First trimester ultrasound
In the first trimester, an early ultrasound is often a routine part of prenatal care between 6 to 9 weeks of pregnancy. However a first-trimester ultrasound isn’t standard practice, because it’s still too early for your practitioner to see your baby in detail.
Most practitioners wait until at least 6 weeks to perform a first pregnancy ultrasound. However, a gestational sac can be seen as early as 4 1/2 weeks after your last period, and a fetal heartbeat can be detected at 5 to 6 weeks (though it might not always be).

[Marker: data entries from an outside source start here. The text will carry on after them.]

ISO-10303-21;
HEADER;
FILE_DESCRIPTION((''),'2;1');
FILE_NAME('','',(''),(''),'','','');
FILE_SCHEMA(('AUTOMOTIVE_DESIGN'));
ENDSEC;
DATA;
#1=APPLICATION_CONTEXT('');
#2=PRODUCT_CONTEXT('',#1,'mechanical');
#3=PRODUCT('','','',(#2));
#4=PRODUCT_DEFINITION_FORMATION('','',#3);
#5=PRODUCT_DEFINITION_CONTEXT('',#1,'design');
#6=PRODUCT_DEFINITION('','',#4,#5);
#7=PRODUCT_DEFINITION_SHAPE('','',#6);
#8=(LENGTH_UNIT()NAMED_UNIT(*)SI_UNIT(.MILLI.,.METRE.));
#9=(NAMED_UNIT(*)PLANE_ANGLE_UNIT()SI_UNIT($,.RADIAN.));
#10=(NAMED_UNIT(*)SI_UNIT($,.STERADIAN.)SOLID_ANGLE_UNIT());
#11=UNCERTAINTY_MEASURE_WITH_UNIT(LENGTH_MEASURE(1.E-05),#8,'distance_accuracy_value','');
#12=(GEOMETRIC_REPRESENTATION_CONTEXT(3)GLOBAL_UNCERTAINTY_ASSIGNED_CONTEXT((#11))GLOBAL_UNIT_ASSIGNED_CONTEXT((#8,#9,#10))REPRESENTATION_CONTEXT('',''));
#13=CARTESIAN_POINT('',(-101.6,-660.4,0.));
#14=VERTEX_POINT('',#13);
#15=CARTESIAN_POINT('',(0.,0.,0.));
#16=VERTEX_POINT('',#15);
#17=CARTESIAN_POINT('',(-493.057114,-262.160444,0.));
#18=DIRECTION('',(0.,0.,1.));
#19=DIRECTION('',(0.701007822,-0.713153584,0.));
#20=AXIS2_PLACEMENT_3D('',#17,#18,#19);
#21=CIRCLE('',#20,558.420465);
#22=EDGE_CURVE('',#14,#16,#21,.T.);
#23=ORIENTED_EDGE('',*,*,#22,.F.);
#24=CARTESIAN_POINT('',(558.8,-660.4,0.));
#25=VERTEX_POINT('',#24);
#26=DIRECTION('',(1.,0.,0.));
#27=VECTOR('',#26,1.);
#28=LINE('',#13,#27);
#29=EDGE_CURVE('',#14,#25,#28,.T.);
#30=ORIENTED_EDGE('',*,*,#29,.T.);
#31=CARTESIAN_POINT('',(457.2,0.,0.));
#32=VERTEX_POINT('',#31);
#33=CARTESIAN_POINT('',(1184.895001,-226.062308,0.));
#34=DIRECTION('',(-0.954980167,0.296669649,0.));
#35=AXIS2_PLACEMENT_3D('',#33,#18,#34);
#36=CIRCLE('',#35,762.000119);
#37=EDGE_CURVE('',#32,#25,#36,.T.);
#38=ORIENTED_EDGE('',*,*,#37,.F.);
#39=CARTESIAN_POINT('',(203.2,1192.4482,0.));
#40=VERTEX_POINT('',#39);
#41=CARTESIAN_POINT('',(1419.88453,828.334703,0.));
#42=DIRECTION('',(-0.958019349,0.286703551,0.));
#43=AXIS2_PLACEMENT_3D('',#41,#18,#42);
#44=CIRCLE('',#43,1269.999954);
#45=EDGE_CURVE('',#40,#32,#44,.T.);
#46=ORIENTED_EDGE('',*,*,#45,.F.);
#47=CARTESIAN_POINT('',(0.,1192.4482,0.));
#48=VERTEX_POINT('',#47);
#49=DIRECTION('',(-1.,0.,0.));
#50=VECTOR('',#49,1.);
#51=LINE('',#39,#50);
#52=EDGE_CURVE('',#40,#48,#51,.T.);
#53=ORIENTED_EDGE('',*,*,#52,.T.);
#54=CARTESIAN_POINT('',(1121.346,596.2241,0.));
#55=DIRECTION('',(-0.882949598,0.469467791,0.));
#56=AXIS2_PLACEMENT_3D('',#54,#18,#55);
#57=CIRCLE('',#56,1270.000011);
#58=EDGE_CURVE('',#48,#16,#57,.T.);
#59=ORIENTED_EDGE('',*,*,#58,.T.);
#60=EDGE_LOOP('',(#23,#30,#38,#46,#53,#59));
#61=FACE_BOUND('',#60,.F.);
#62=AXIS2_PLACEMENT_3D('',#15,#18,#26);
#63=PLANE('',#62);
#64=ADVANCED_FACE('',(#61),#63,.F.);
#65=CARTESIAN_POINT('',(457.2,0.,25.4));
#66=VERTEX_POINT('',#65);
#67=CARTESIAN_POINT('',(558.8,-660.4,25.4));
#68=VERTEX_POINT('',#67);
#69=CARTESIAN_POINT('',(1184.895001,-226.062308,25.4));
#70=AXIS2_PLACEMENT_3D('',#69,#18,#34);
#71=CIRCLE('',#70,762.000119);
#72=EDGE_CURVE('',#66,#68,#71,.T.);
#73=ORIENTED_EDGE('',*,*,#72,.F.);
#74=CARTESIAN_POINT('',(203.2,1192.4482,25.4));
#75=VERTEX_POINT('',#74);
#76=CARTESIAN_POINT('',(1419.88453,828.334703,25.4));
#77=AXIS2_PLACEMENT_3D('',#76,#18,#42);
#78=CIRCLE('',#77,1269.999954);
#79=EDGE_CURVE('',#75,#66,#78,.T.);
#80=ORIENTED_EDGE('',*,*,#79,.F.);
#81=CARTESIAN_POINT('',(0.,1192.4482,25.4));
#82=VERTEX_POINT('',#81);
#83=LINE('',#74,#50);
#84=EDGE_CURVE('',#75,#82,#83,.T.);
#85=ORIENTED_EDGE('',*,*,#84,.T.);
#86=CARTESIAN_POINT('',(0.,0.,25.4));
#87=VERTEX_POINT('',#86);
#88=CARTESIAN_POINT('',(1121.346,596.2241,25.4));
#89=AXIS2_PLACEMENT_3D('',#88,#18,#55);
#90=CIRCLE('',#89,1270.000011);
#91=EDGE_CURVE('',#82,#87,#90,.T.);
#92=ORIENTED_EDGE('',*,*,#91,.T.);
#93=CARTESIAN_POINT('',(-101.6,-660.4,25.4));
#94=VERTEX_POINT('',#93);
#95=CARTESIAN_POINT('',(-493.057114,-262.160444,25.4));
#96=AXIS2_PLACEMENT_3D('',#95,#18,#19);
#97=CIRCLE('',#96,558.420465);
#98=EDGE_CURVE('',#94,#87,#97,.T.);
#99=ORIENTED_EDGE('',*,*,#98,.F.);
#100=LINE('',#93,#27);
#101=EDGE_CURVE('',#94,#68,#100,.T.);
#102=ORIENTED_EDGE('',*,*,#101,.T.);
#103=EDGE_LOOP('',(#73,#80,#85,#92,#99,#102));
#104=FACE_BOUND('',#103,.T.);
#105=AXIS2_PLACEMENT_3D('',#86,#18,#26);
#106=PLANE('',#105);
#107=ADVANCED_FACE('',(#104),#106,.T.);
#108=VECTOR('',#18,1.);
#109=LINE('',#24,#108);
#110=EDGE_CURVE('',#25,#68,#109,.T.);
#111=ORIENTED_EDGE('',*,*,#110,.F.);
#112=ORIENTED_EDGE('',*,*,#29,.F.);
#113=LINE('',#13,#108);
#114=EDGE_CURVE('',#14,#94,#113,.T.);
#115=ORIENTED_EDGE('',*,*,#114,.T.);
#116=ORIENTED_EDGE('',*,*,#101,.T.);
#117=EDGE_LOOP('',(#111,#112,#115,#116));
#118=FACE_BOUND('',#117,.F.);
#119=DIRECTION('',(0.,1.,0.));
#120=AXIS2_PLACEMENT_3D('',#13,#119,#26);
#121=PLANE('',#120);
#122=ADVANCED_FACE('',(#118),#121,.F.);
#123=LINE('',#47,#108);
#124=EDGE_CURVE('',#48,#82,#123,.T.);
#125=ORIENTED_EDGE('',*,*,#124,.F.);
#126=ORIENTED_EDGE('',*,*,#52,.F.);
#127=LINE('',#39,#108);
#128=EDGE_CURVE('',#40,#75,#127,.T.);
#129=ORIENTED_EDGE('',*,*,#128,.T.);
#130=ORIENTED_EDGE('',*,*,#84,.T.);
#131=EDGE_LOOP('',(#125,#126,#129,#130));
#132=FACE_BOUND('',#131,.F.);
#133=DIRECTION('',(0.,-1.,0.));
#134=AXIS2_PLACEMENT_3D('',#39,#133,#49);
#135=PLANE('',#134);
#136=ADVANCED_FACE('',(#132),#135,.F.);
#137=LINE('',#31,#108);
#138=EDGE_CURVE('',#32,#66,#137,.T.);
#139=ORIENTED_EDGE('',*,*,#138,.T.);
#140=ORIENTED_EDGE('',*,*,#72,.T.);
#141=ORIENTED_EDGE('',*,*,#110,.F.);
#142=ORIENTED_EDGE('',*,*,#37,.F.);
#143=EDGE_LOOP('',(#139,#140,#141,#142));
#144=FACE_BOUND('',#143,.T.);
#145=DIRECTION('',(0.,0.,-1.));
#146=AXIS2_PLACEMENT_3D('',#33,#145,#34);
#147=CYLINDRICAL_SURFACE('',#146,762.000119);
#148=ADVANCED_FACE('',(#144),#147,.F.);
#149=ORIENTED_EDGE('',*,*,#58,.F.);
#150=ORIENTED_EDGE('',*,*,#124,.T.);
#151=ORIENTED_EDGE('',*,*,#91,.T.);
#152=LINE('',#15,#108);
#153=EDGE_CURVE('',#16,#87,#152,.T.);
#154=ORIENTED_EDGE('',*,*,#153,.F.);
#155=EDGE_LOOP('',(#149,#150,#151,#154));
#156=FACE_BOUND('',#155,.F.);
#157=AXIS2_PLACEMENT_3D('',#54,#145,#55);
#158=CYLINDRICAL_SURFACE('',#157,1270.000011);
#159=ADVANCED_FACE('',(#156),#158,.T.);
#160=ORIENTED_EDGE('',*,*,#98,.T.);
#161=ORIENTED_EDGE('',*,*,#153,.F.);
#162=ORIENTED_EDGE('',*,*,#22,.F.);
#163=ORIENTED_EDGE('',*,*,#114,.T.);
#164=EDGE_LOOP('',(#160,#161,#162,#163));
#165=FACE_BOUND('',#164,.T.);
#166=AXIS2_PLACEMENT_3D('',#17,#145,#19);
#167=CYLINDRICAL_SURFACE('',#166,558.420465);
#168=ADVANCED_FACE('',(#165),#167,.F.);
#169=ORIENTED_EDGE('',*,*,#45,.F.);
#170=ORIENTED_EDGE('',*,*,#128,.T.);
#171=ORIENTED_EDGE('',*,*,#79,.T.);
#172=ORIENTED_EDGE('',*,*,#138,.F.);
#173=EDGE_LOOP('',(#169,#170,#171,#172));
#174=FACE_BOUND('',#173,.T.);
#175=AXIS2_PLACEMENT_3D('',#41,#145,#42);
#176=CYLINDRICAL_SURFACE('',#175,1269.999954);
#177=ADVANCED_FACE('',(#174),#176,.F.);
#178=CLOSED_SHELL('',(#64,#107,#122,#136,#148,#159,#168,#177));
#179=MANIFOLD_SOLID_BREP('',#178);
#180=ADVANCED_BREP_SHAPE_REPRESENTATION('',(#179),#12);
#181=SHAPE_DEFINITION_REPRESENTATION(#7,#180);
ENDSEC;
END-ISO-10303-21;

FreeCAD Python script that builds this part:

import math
import FreeCAD as App
import Part
import Sketcher
Q = App.Units.Quantity

doc = App.newDocument("Part")
body = doc.addObject("PartDesign::Body", "Body")

sketch1 = body.newObject("Sketcher::SketchObject", "Sketch")
sketch1.AttachmentSupport = (doc.getObject("XY_Plane"), [""])
sketch1.MapMode = "FlatFace"
sketch1.addGeometry([
    Part.LineSegment(App.Vector(203, 1192, 0), App.Vector(0, 1192, 0)),
    Part.ArcOfCircle(Part.Circle(App.Vector(1121, 596, 0), App.Vector(0, 0, 1), 1270), math.radians(152), math.radians(208)),
    Part.ArcOfCircle(Part.Circle(App.Vector(-493, -262, 0), App.Vector(0, 0, 1), 558), math.radians(-45), math.radians(28)),
    Part.LineSegment(App.Vector(-102, -660, 0), App.Vector(559, -660, 0)),
    Part.ArcOfCircle(Part.Circle(App.Vector(1185, -226, 0), App.Vector(0, 0, 1), 762), math.radians(163), math.radians(215)),
    Part.ArcOfCircle(Part.Circle(App.Vector(1420, 828, 0), App.Vector(0, 0, 1), 1270), math.radians(163), math.radians(221)),
], False)
sketch1.addConstraint([
    Sketcher.Constraint("Coincident", 0, 2, 1, 1),
    Sketcher.Constraint("Tangent", 1, 2, 2, 2),
    Sketcher.Constraint("Coincident", 2, 1, 3, 1),
    Sketcher.Constraint("Coincident", 3, 2, 4, 2),
    Sketcher.Constraint("Coincident", 4, 1, 5, 2),
    Sketcher.Constraint("Coincident", 5, 1, 0, 1),
    Sketcher.Constraint("Horizontal", 0),
    Sketcher.Constraint("Horizontal", 3),
    Sketcher.Constraint("Equal", 1, 5),
    Sketcher.Constraint("PointOnObject", 0, 2, -2),
    Sketcher.Constraint("PointOnObject", 4, 1, -1),
    Sketcher.Constraint("Radius", 1, Q("50 in")),
    Sketcher.Constraint("Radius", 4, Q("30 in")),
    Sketcher.Constraint("DistanceX", 0, 2, 0, 1, Q("8 in")),
    Sketcher.Constraint("DistanceX", 3, 1, 3, 2, Q("26 in")),
    Sketcher.Constraint("DistanceY", 3, 2, -1, 1, Q("26 in")),
    Sketcher.Constraint("DistanceX", -1, 1, 4, 1, Q("18 in")),
    Sketcher.Constraint("DistanceX", -1, 1, 3, 2, Q("22 in")),
    Sketcher.Constraint("Radius", 2, Q("558.4206 mm")),
    Sketcher.Constraint("DistanceY", -1, 1, 1, 3, Q("23.4734 in")),
    Sketcher.Constraint("DistanceX", 2, 3, -1, 1, Q("19.4117 in")),
])
pad1 = body.newObject("PartDesign::Pad", "Pad")
pad1.Profile = sketch1
pad1.Length = Q("1 in")

doc.recompute()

If your doctor does decide to perform a first-trimester ultrasound, it gives you a welcome first glance of your baby. This sneak peak is used to:
- Confirm your estimated due date more accurately by measuring the fetus
- Check the fetal heartbeat
- Make sure the pregnancy is in the uterus (to rule out an ectopic pregnancy)
- Determine the number of fetuses
Hearing a Fetal Heartbeat
Second trimester ultrasound
Midway through your pregnancy, between week 18 and week 22, a detailed anatomy scan called a level 2 ultrasound is performed by a trained sonographer.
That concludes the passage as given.